Unit tests (discord_alerts)

test_alert_suppressed_when_muted: SSM param holds future timestamp → handler returns 200 without HTTP POST.
test_alert_fires_when_unmuted: SSM param "0" → handler POSTs to webhook.
test_alert_fires_when_param_missing: SSM ParameterNotFound → handler POSTs (default-open).

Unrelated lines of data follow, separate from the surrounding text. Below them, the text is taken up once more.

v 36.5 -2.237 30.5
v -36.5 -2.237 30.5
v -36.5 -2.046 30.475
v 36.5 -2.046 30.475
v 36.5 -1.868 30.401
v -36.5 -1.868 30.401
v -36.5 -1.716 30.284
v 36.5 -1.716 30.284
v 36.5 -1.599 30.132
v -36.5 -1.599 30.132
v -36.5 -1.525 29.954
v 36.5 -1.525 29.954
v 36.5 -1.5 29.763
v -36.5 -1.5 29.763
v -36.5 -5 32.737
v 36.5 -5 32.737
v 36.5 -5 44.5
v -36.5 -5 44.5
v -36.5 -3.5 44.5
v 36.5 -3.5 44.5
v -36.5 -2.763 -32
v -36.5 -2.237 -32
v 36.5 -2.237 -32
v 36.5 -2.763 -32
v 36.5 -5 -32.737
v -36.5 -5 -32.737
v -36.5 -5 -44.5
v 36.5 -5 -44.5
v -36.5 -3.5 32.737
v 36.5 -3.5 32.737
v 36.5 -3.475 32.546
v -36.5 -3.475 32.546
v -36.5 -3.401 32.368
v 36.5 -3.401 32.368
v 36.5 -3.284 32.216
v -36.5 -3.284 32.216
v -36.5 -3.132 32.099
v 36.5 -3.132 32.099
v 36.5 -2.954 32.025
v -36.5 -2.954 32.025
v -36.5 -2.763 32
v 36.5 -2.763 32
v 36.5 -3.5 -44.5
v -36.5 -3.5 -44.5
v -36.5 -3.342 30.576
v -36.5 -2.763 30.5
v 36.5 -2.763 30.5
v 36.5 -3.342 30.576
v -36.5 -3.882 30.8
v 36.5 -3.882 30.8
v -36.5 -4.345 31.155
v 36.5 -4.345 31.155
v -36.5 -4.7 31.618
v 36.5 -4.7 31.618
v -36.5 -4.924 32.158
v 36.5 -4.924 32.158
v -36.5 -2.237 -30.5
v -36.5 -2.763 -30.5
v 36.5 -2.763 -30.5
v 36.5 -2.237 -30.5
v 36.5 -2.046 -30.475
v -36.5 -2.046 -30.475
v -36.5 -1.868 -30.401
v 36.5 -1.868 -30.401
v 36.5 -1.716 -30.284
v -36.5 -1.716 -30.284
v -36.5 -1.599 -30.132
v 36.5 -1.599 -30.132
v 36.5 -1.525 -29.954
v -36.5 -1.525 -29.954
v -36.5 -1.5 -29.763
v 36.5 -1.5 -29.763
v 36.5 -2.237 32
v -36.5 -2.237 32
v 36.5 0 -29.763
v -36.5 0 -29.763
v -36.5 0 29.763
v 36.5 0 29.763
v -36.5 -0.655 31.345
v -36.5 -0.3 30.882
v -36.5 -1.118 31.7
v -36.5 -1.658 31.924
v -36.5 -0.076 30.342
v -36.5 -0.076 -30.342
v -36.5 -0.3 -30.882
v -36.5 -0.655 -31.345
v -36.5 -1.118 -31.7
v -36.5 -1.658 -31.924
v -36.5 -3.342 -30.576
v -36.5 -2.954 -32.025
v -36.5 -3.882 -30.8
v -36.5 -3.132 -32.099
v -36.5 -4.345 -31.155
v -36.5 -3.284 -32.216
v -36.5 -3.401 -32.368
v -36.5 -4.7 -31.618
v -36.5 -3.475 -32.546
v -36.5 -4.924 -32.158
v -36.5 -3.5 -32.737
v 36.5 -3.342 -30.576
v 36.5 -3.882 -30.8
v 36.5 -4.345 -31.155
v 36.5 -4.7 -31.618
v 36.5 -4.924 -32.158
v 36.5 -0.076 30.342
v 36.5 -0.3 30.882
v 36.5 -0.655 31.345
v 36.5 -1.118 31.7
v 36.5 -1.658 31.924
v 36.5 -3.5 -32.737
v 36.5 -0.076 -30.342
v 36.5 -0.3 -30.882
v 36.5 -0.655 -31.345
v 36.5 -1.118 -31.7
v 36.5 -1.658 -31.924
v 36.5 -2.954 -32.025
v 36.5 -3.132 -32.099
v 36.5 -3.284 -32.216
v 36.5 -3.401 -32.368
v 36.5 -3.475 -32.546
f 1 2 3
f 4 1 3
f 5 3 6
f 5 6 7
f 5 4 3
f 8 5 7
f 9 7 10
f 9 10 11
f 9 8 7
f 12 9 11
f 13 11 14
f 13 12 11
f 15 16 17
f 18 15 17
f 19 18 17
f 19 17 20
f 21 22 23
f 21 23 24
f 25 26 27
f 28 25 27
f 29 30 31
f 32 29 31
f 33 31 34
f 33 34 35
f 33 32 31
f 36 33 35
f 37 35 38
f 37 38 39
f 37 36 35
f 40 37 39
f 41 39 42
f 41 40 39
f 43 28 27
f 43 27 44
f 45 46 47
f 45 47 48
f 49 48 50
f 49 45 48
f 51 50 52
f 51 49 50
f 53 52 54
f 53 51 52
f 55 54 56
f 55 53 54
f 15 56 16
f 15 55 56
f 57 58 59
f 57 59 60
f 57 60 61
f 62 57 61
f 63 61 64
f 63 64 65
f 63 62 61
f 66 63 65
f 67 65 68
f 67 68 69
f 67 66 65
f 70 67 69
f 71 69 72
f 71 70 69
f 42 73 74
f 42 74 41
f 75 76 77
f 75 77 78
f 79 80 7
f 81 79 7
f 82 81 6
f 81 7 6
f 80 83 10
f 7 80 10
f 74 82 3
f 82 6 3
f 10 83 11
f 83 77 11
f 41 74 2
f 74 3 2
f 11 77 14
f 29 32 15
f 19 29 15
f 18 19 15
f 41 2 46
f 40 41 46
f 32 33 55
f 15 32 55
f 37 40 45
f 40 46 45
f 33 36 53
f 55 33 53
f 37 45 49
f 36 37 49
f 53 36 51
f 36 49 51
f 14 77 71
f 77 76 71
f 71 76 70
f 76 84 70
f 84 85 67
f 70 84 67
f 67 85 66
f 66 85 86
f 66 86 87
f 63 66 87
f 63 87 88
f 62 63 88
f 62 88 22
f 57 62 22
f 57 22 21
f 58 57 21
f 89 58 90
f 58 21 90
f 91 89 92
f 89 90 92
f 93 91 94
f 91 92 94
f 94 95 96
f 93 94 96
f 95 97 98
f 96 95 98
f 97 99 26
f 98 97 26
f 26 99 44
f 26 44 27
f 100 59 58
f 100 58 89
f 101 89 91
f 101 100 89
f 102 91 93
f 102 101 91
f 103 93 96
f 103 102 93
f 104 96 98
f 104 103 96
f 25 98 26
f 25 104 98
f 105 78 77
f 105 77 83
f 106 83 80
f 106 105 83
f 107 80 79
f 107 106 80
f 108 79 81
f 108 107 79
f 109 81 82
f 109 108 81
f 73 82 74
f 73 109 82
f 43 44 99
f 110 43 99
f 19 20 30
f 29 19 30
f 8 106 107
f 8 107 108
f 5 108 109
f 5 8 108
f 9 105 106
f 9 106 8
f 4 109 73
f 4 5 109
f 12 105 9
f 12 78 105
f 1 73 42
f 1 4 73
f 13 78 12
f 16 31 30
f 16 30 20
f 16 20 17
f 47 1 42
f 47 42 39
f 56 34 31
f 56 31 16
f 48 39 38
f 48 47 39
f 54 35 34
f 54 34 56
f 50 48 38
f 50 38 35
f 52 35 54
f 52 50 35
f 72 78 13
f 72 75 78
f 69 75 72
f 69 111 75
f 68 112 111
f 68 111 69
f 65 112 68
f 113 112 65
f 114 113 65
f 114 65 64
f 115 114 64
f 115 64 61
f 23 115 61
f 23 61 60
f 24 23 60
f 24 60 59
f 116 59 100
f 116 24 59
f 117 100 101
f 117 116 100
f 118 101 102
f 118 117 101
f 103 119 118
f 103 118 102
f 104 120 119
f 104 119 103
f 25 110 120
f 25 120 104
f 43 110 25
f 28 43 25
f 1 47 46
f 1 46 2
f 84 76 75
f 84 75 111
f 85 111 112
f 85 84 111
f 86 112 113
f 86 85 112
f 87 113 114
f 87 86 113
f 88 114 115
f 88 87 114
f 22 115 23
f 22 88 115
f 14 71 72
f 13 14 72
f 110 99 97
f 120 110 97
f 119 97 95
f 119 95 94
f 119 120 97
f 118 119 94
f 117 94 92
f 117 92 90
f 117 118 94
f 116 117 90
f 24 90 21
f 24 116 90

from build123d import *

# Parameters (mm, degrees)
SKETCH1_W                      = 73
SKETCH1_H                      = 64
BASE_FLANGE1_DEPTH             = 1.5
EDGE_FLANGE1_STRIP_W           = 7.4732
EDGE_FLANGE1_STRIP_H           = 1.5
EDGE_FLANGE1_STRIP_CUT_DEPTH   = 73
EDGE_FLANGE1_STRIP_2_W         = 7.4732
EDGE_FLANGE1_STRIP_2_H         = 1.5
EDGE_FLANGE1_STRIP_CUT_2_DEPTH = 73
EDGE_FLANGE1_DEPTH             = 73
EDGE_FLANGE1_BEND_DEPTH        = 73
EDGE_FLANGE2_STRIP_W           = 7.4732
EDGE_FLANGE2_STRIP_H           = 1.5
EDGE_FLANGE2_STRIP_CUT_DEPTH   = 73
EDGE_FLANGE2_STRIP_2_W         = 7.4732
EDGE_FLANGE2_STRIP_2_H         = 1.5
EDGE_FLANGE2_STRIP_CUT_2_DEPTH = 73
EDGE_FLANGE2_DEPTH             = 73
EDGE_FLANGE2_BEND_DEPTH        = 73


# Sheet-metal steps are written as plain solids
with BuildPart() as part:
    # Sketch1 → Base-Flange1 (new body)
    with BuildSketch(Plane(origin=(0, 0, 0), x_dir=(1, 0, 0), z_dir=(0, 1, 0))):
        Rectangle(SKETCH1_W, SKETCH1_H)
    extrude(amount=-BASE_FLANGE1_DEPTH)

    # Edge-Flange1 strip (across the edge) → Edge-Flange1 strip cut (cut)
    with BuildSketch(Plane(origin=(36.5, -1.5, 32), x_dir=(0, 0, -1), z_dir=(-1, 0, 0))):
        with Locations((-1.5, -0.75)):
            Rectangle(EDGE_FLANGE1_STRIP_W, EDGE_FLANGE1_STRIP_H)
    extrude(amount=EDGE_FLANGE1_STRIP_CUT_DEPTH, mode=Mode.SUBTRACT)

    # Edge-Flange1 strip 2 (across the edge) → Edge-Flange1 strip cut 2 (cut)
    with BuildSketch(Plane(origin=(-36.5, -1.5, -32), x_dir=(0, 0, 1), z_dir=(1, 0, 0))):
        with Locations((-1.5, -0.75)):
            Rectangle(EDGE_FLANGE1_STRIP_2_W, EDGE_FLANGE1_STRIP_2_H)
    extrude(amount=EDGE_FLANGE1_STRIP_CUT_2_DEPTH, mode=Mode.SUBTRACT)

    # Edge-Flange1 section (across the edge) → Edge-Flange1 (add)
    with BuildSketch(Plane(origin=(36.5, -1.5, 32), x_dir=(0, 0, -1), z_dir=(-1, 0, 0))):
        with BuildLine():
            Line((0, 0.7366), (0, 3.5))
            Line((0, 3.5), (1.5, 3.5))
            Line((1.5, 3.5), (1.5, 0.7366))
            ThreePointArc((1.5, 0.7366), (1.715745145, 0.215745145), (2.2366, 0))
            Line((2.2366, 0), (2.2366, -1.5))
            ThreePointArc((2.2366, -1.5), (0.655084973, -0.844915027), (0, 0.7366))
        make_face()
    extrude(amount=EDGE_FLANGE1_DEPTH)

    # Edge-Flange1 section 2 (across the edge) → Edge-Flange1 bend (add)
    with BuildSketch(Plane(origin=(-36.5, -1.5, -32), x_dir=(0, 0, 1), z_dir=(1, 0, 0))):
        with BuildLine():
            Line((0, 0.7366), (0, 3.5))
            Line((0, 3.5), (1.5, 3.5))
            Line((1.5, 3.5), (1.5, 0.7366))
            ThreePointArc((1.5, 0.7366), (1.715745145, 0.215745145), (2.2366, 0))
            Line((2.2366, 0), (2.2366, -1.5))
            ThreePointArc((2.2366, -1.5), (0.655084973, -0.844915027), (0, 0.7366))
        make_face()
    extrude(amount=EDGE_FLANGE1_BEND_DEPTH)

    # Edge-Flange2 strip (across the edge) → Edge-Flange2 strip cut (cut)
    with BuildSketch(Plane(origin=(-36.5, -5, 32), x_dir=(0, 1, 0), z_dir=(1, 0, 0))):
        with Locations((-1.5, -0.75)):
            Rectangle(EDGE_FLANGE2_STRIP_W, EDGE_FLANGE2_STRIP_H)
    extrude(amount=EDGE_FLANGE2_STRIP_CUT_DEPTH, mode=Mode.SUBTRACT)

    # Edge-Flange2 strip 2 (across the edge) → Edge-Flange2 strip cut 2 (cut)
    with BuildSketch(Plane(origin=(36.5, -5, -32), x_dir=(0, 1, 0), z_dir=(-1, 0, 0))):
        with Locations((-1.5, -0.75)):
            Rectangle(EDGE_FLANGE2_STRIP_2_W, EDGE_FLANGE2_STRIP_2_H)
    extrude(amount=EDGE_FLANGE2_STRIP_CUT_2_DEPTH, mode=Mode.SUBTRACT)

    # Edge-Flange2 section (across the edge) → Edge-Flange2 (add)
    with BuildSketch(Plane(origin=(-36.5, -5, 32), x_dir=(0, 1, 0), z_dir=(1, 0, 0))):
        with BuildLine():
            Line((0, 0.7366), (0, 12.5))
            Line((0, 12.5), (1.5, 12.5))
            Line((1.5, 12.5), (1.5, 0.7366))
            ThreePointArc((1.5, 0.7366), (1.715745145, 0.215745145), (2.2366, 0))
            Line((2.2366, 0), (2.2366, -1.5))
            ThreePointArc((2.2366, -1.5), (0.655084973, -0.844915027), (0, 0.7366))
        make_face()
    extrude(amount=EDGE_FLANGE2_DEPTH)

    # Edge-Flange2 section 2 (across the edge) → Edge-Flange2 bend (add)
    with BuildSketch(Plane(origin=(36.5, -5, -32), x_dir=(0, 1, 0), z_dir=(-1, 0, 0))):
        with BuildLine():
            Line((0, 0.7366), (0, 12.5))
            Line((0, 12.5), (1.5, 12.5))
            Line((1.5, 12.5), (1.5, 0.7366))
            ThreePointArc((1.5, 0.7366), (1.715745145, 0.215745145), (2.2366, 0))
            Line((2.2366, 0), (2.2366, -1.5))
            ThreePointArc((2.2366, -1.5), (0.655084973, -0.844915027), (0, 0.7366))
        make_face()
    extrude(amount=EDGE_FLANGE2_BEND_DEPTH)


solid = part.part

Unit tests (discord_interaction)

test_mute_alerts_default_duration: /mute-alerts with no arg writes now + 86400 to SSM.
test_mute_alerts_custom_duration: /mute-alerts 4h writes now + 14400.
test_mute_alerts_invalid_duration: /mute-alerts banana returns error response, does not write SSM.
test_unmute_alerts_writes_zero: /unmute-alerts writes "0" to SSM.

Integration / smoke

Manual: trigger ingest with GPU_INSTANCE_ID SSM forced to "none". Verify: segment row at pending, message in DLQ, no Discord alert until 100+ messages, alert fires once threshold breached.
Manual: /mute-alerts 1h → trigger alarm condition → no Discord ping. Wait 1h → alarm re-fires.

Out of Scope (deferred)

Reaper cron for orphaned pending rows (post-14d DLQ expiry).
Per-segment retry telemetry (counts, duration histograms).
Alarming on GPU CloudTrail event drought (the original reviewer suggestion).
Migrating cost_alerts SNS topic to a dedicated system_alerts topic for clarity.

Open Questions

None at design time. Re-open if: orphan rate post-deploy is non-zero, or alert false-positive rate is high enough to need precision (would push toward pending_gpu DB column design instead).